Becoming Bronson

A Walk Amoung the TombstonesSomething I had long suspected has now been confirmed with “A Walk Among the Tombstones”- Liam Neeson has comfortably slipped into the “unassuming tough guy” shoes left vacant with Charles Bronson’s passing.

Had this movie been made thirty years ago, it would have starred Bronson. After years of westerns and supporting roles in classic machismo films like “The Magnificent Seven,” “The Dirty Dozen” and “The Great Escape,” Bronson saw a resurgence in his cinematic career at the age of 53 with 1974’s “Death Wish” portraying Paul Kersey, a mild-mannered architect who goes on a vigilante killing spree after his wife and daughter are raped and murdered by some New York City thugs.

Neeson, a dependable actor and Oscar-nominated for his work as the ultimate mild-mannered businessman/Nazi vigilante Oskar Schindler in “Schindler’s List,” achieved bankable movie star status at the age of 56 with his role in 2008’s “Taken” portraying Bryan Mills, a retired CIA agent who tracks down and punishes the Parisian sex slave traders who kidnapped his daughter.

Let’s face it, no one doles out justice and serves up a can of good ol’ American whoop-ass like a middle-aged man from the U.S. of A, am I right? While Bronson catered to this built-in American male audience with four subsequent Death Wish sequels (the last being Death Wish V: The Face of Death in 1994- 20 years after the original) and assorted vigilante/cop/assassin thrillers, Neeson has picked up the blam-blam baton with 2012’s “Taken 2,” this year’s “Non-Stop” and will continue his retiree-renegade run with next year’s “Taken 3.”

So, does “Walk” merit anything more than a reference to Neeson being the next Bronson? A little. Based on one of 17 novels in Lawrence Block’s Matthew Scudder series, “A Walk Among the Tombstones” keeps the template of the old-fashioned detective novels by ensnaring recovering alcoholic, retired New York City cop and licensed P.I. Scudder into a meeting with a drug dealer whose wife has been kidnapped and held for ransom. As the mafia are the policemen for criminals, so is Scudder enlisted to investigate- he left the force following a tragic accident off-duty and was referred by the drug dealer’s brother who met Scudder through their mutual A.A. meetings. When Scudder politely refuses the offer, the drug dealer tells him that the kidnappers have killed his wife, bagging her body parts and stuffing them into an abandoned car trunk after the ransom had been paid. The dealer then hands Scudder a tape recorder that was taped to the trunk’s lid along with a note reading “For your listening pleasure.” On the tape are his wife’s screams as she is being vivisectioned. Once Scudder hits Play, he agrees to take the drug dealer’s case and the can of whoop-ass is ready to be opened.
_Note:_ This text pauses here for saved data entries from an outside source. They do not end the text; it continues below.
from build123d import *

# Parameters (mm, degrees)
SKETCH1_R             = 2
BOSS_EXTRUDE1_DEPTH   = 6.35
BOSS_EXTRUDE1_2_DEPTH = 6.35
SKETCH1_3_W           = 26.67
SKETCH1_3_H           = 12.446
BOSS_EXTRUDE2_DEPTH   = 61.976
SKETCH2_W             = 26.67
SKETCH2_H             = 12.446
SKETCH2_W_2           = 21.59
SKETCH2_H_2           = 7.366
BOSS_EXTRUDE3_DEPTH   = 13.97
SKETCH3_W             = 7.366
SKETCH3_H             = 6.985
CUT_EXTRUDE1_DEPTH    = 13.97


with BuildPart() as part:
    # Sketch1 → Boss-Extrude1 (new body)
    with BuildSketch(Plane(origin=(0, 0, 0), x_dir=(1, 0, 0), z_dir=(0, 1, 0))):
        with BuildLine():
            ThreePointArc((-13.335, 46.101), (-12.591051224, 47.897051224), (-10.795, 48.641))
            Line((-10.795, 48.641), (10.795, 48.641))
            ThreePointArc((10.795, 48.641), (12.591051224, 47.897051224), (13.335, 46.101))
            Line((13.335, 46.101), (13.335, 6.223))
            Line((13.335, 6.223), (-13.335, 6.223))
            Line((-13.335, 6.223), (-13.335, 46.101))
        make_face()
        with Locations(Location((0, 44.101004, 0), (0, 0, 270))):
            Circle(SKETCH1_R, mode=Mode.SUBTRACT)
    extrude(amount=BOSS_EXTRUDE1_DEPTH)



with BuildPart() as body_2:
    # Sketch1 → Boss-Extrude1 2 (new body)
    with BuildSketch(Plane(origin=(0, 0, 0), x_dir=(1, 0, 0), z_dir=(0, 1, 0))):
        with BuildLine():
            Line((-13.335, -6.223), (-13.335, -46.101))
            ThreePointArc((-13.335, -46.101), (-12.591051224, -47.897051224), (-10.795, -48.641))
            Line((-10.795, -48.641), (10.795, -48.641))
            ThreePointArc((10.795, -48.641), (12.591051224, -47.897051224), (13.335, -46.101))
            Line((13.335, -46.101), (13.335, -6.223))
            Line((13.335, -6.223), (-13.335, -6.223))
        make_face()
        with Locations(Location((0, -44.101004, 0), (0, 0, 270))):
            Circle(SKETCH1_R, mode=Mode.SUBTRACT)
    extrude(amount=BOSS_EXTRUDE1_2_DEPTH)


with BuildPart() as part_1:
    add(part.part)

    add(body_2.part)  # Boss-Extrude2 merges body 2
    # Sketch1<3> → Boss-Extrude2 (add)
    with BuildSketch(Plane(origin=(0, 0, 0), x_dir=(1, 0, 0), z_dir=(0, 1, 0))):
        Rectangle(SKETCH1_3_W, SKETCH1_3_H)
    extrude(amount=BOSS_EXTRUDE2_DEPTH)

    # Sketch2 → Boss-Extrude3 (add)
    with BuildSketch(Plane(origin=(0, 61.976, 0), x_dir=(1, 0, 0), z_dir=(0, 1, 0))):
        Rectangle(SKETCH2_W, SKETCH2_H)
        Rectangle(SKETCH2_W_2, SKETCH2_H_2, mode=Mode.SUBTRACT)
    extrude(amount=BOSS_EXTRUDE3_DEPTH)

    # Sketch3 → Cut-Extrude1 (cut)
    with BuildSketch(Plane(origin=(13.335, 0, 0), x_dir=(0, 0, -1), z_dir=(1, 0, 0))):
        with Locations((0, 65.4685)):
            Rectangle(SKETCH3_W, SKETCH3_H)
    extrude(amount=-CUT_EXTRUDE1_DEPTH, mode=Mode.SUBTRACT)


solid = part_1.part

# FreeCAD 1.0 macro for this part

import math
import FreeCAD as App
import Part
import Sketcher
from FreeCAD import Vector
Q = App.Units.Quantity


def add_polygon(sketch, points):
    """Adds a closed chain of lines whose ends are joined by coincident constraints."""
    first, n = sketch.GeometryCount, len(points)
    for a, b in zip(points, points[1:] + points[:1]):
        sketch.addGeometry(Part.LineSegment(App.Vector(*a, 0), App.Vector(*b, 0)), False)
    for i in range(n):
        sketch.addConstraint(Sketcher.Constraint("Coincident", first + i, 2, first + (i + 1) % n, 1))

doc = App.newDocument("Part")
body = doc.addObject("PartDesign::Body", "Body")

# Sketch on XZ plane
sketch1 = doc.addObject("Sketcher::SketchObject", "Sketch")
body.addObject(sketch1)
sketch1.AttachmentSupport = (doc.XZ_Plane, [""])
sketch1.MapMode = "FlatFace"
sketch1.addGeometry([
    Part.ArcOfCircle(Part.Circle(Vector(-10.8, -46.1, 0), Vector(0, 0, 1), 2.5), math.radians(-180), math.radians(-90)),  # 0
    Part.LineSegment(Vector(-13.3, -46.1, 0), Vector(-13.3, -6.2, 0)),  # 1
    Part.LineSegment(Vector(-13.3, -6.2, 0), Vector(13.3, -6.2, 0)),  # 2
    Part.LineSegment(Vector(13.3, -6.2, 0), Vector(13.3, -46.1, 0)),  # 3
    Part.ArcOfCircle(Part.Circle(Vector(10.8, -46.1, 0), Vector(0, 0, 1), 2.5), math.radians(-90), math.radians(0)),  # 4
    Part.LineSegment(Vector(10.8, -48.6, 0), Vector(-10.8, -48.6, 0)),  # 5
    Part.Circle(Vector(0, -44.1, 0), Vector(0, 0, 1), 2),  # 6
], False)
sketch1.addConstraint([
    Sketcher.Constraint("Tangent", 0, 1, 1, 1),
    Sketcher.Constraint("Coincident", 1, 2, 2, 1),
    Sketcher.Constraint("Coincident", 2, 2, 3, 1),
    Sketcher.Constraint("Tangent", 3, 2, 4, 2),
    Sketcher.Constraint("Tangent", 4, 1, 5, 1),
    Sketcher.Constraint("Tangent", 5, 2, 0, 2),
    Sketcher.Constraint("Vertical", 1),
    Sketcher.Constraint("Horizontal", 2),
    Sketcher.Constraint("Vertical", 3),
    Sketcher.Constraint("Horizontal", 5),
    Sketcher.Constraint("Equal", 0, 4),
    Sketcher.Constraint("PointOnObject", 6, 3, -2),
    Sketcher.Constraint("Radius", 0, Q("0.1 in")),
    Sketcher.Constraint("DistanceX", 2, 1, 2, 2, Q("1.05 in")),
    Sketcher.Constraint("DistanceY", 1, 1, 1, 2, Q("1.57 in")),
    Sketcher.Constraint("Diameter", 6, Q("4 mm")),
    Sketcher.Constraint("DistanceX", 0, 3, -1, 1, Q("0.425 in")),
    Sketcher.Constraint("DistanceY", 0, 3, -1, 1, Q("1.815 in")),
    Sketcher.Constraint("DistanceY", 6, 3, -1, 1, Q("44.101004 mm")),
])
pad1 = doc.addObject("PartDesign::Pad", "Pad")
body.addObject(pad1)
pad1.Profile = sketch1
pad1.Length = Q("0.25 in")
pad1.Reversed = True
body2 = doc.addObject("PartDesign::Body", "Body001")

# Sketch on XZ plane
sketch2 = doc.addObject("Sketcher::SketchObject", "Sketch001")
body2.addObject(sketch2)
sketch2.AttachmentSupport = (doc.getObject("XZ_Plane001"), [""])
sketch2.MapMode = "FlatFace"
sketch2.addGeometry([
    Part.LineSegment(Vector(-13.3, 6.2, 0), Vector(-13.3, 46.1, 0)),  # 0
    Part.ArcOfCircle(Part.Circle(Vector(-10.8, 46.1, 0), Vector(0, 0, 1), 2.5), math.radians(90), math.radians(180)),  # 1
    Part.LineSegment(Vector(-10.8, 48.6, 0), Vector(10.8, 48.6, 0)),  # 2
    Part.ArcOfCircle(Part.Circle(Vector(10.8, 46.1, 0), Vector(0, 0, 1), 2.5), math.radians(0), math.radians(90)),  # 3
    Part.LineSegment(Vector(13.3, 46.1, 0), Vector(13.3, 6.2, 0)),  # 4
    Part.LineSegment(Vector(13.3, 6.2, 0), Vector(-13.3, 6.2, 0)),  # 5
    Part.Circle(Vector(0, 44.1, 0), Vector(0, 0, 1), 2),  # 6
], False)
sketch2.addConstraint([
    Sketcher.Constraint("Tangent", 0, 2, 1, 2),
    Sketcher.Constraint("Tangent", 1, 1, 2, 1),
    Sketcher.Constraint("Tangent", 2, 2, 3, 2),
    Sketcher.Constraint("Tangent", 3, 1, 4, 1),
    Sketcher.Constraint("Coincident", 4, 2, 5, 1),
    Sketcher.Constraint("Coincident", 5, 2, 0, 1),
    Sketcher.Constraint("Vertical", 0),
    Sketcher.Constraint("Horizontal", 2),
    Sketcher.Constraint("Vertical", 4),
    Sketcher.Constraint("Horizontal", 5),
    Sketcher.Constraint("Equal", 1, 3),
    Sketcher.Constraint("PointOnObject", 6, 3, -2),
    Sketcher.Constraint("Radius", 1, Q("0.1 in")),
    Sketcher.Constraint("DistanceX", 2, 1, 2, 2, Q("0.85 in")),
    Sketcher.Constraint("DistanceY", 0, 1, 0, 2, Q("1.57 in")),
    Sketcher.Constraint("Diameter", 6, Q("4 mm")),
    Sketcher.Constraint("DistanceX", 1, 3, -1, 1, Q("0.425 in")),
    Sketcher.Constraint("DistanceY", -1, 1, 1, 3, Q("1.815 in")),
    Sketcher.Constraint("DistanceY", -1, 1, 6, 3, Q("44.101004 mm")),
])
pad2 = doc.addObject("PartDesign::Pad", "Pad001")
body2.addObject(pad2)
pad2.Profile = sketch2
pad2.Length = Q("0.25 in")
pad2.Reversed = True
body.AllowCompound = True
doc.recompute()

boolean = doc.addObject("PartDesign::Boolean", "Boolean")
body.addObject(boolean)
boolean.Type = "Fuse"
boolean.addObjects([body2])

# Sketch on XZ plane
sketch3 = doc.addObject("Sketcher::SketchObject", "Sketch002")
body.addObject(sketch3)
sketch3.AttachmentSupport = (doc.XZ_Plane, [""])
sketch3.MapMode = "FlatFace"
add_polygon(sketch3, [(-13, -6), (-13, 6), (13, 6), (13, -6)])  # lines 0-3
sketch3.addConstraint([
    Sketcher.Constraint("Vertical", 0),
    Sketcher.Constraint("Horizontal", 1),
    Sketcher.Constraint("Vertical", 2),
    Sketcher.Constraint("Horizontal", 3),
    Sketcher.Constraint("Symmetric", 0, 2, 2, 2, -1, 1),
    Sketcher.Constraint("DistanceX", 1, 1, 1, 2, Q("1.05 in")),
    Sketcher.Constraint("DistanceY", 0, 1, 0, 2, Q("0.49 in")),
])
pad3 = doc.addObject("PartDesign::Pad", "Pad002")
body.addObject(pad3)
pad3.Profile = sketch3
pad3.Length = Q("2.44 in")
pad3.Reversed = True

# Sketch on XZ plane
sketch4 = doc.addObject("Sketcher::SketchObject", "Sketch003")
body.addObject(sketch4)
sketch4.AttachmentSupport = (doc.XZ_Plane, [""])
sketch4.MapMode = "FlatFace"
sketch4.AttachmentOffset = App.Placement(Vector(0, 0, -2.44 * 25.4), App.Rotation())
add_polygon(sketch4, [(-13, -6), (-13, 6), (13, 6), (13, -6)])  # lines 0-3
add_polygon(sketch4, [(11, 4), (-11, 4), (-11, -4), (11, -4)])  # lines 4-7
sketch4.addConstraint([
    Sketcher.Constraint("Vertical", 0),
    Sketcher.Constraint("Horizontal", 1),
    Sketcher.Constraint("Vertical", 2),
    Sketcher.Constraint("Horizontal", 3),
    Sketcher.Constraint("Horizontal", 4),
    Sketcher.Constraint("Vertical", 5),
    Sketcher.Constraint("Horizontal", 6),
    Sketcher.Constraint("Vertical", 7),
    Sketcher.Constraint("Symmetric", 0, 2, 2, 2, -1, 1),
    Sketcher.Constraint("Symmetric", 4, 2, 6, 2, -1, 1),
    Sketcher.Constraint("DistanceX", 1, 1, 1, 2, Q("1.05 in")),
    Sketcher.Constraint("DistanceX", 4, 2, 4, 1, Q("0.85 in")),
    Sketcher.Constraint("DistanceY", 0, 1, 0, 2, Q("0.49 in")),
    Sketcher.Constraint("DistanceY", 5, 2, 5, 1, Q("0.29 in")),
])
pad4 = doc.addObject("PartDesign::Pad", "Pad003")
body.addObject(pad4)
pad4.Profile = sketch4
pad4.Length = Q("0.55 in")
pad4.Reversed = True

# Sketch on YZ plane
sketch5 = doc.addObject("Sketcher::SketchObject", "Sketch004")
body.addObject(sketch5)
sketch5.AttachmentSupport = (doc.YZ_Plane, [""])
sketch5.MapMode = "FlatFace"
sketch5.AttachmentOffset = App.Placement(Vector(0, 0, 0.525 * 25.4), App.Rotation())
add_polygon(sketch5, [(69, 4), (62, 4), (62, -4), (69, -4)])  # lines 0-3
sketch5.addConstraint([
    Sketcher.Constraint("Horizontal", 0),
    Sketcher.Constraint("Vertical", 1),
    Sketcher.Constraint("Horizontal", 2),
    Sketcher.Constraint("Vertical", 3),
    Sketcher.Constraint("DistanceY", 1, 2, 1, 1, Q("0.29 in")),
    Sketcher.Constraint("DistanceX", 0, 2, 0, 1, Q("0.275 in")),
    Sketcher.Constraint("DistanceX", -1, 1, 0, 2, Q("2.44 in")),
    Sketcher.Constraint("DistanceY", -1, 1, 0, 2, Q("0.145 in")),
])
pocket1 = doc.addObject("PartDesign::Pocket", "Pocket")
body.addObject(pocket1)
pocket1.Profile = sketch5
pocket1.Length = Q("0.55 in")

doc.recompute()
This is a good old-fashioned “peeling the onion” kind of detective story with the penchant for great pulp fiction that readers of Donald E. Westlake or Jim Thompson have come to expect. Block, an Edgar award-winning writer, doesn’t disappoint. Replete with psychopathic sadists, double-crosses and brutal twists, “Walk” never blanches in its violent repercussions. Whatever formulaic story devices are used are momentarily forgotten with depravity-drawn characters. While no one is reinventing the wheel with “Walk,” they are adding spikes to the hub and making sure a lot of dirt is kicked up in its wake.

As likeable as “Walk” is, it’s as easily forgettable- save for the characters that spin the common into the criminal. The Scudder novels have had a rough time being translated into cinematic franchise gold: Jeff Bridges played Scudder in Hal Ashby’s 1986 film “8 Million Ways to Die” and Harrison Ford was attached to “Walk” in 2002 following his work playing Jack Ryan in Tom Clancy’s film adaptations, but the production deal eventually fell through.

Will Neeson break Scudder’s unlucky streak in his translation to the big screen? I doubt it. While Bronson may have gotten two decades out of the Death Wish series, Neeson’s already ‘taken.’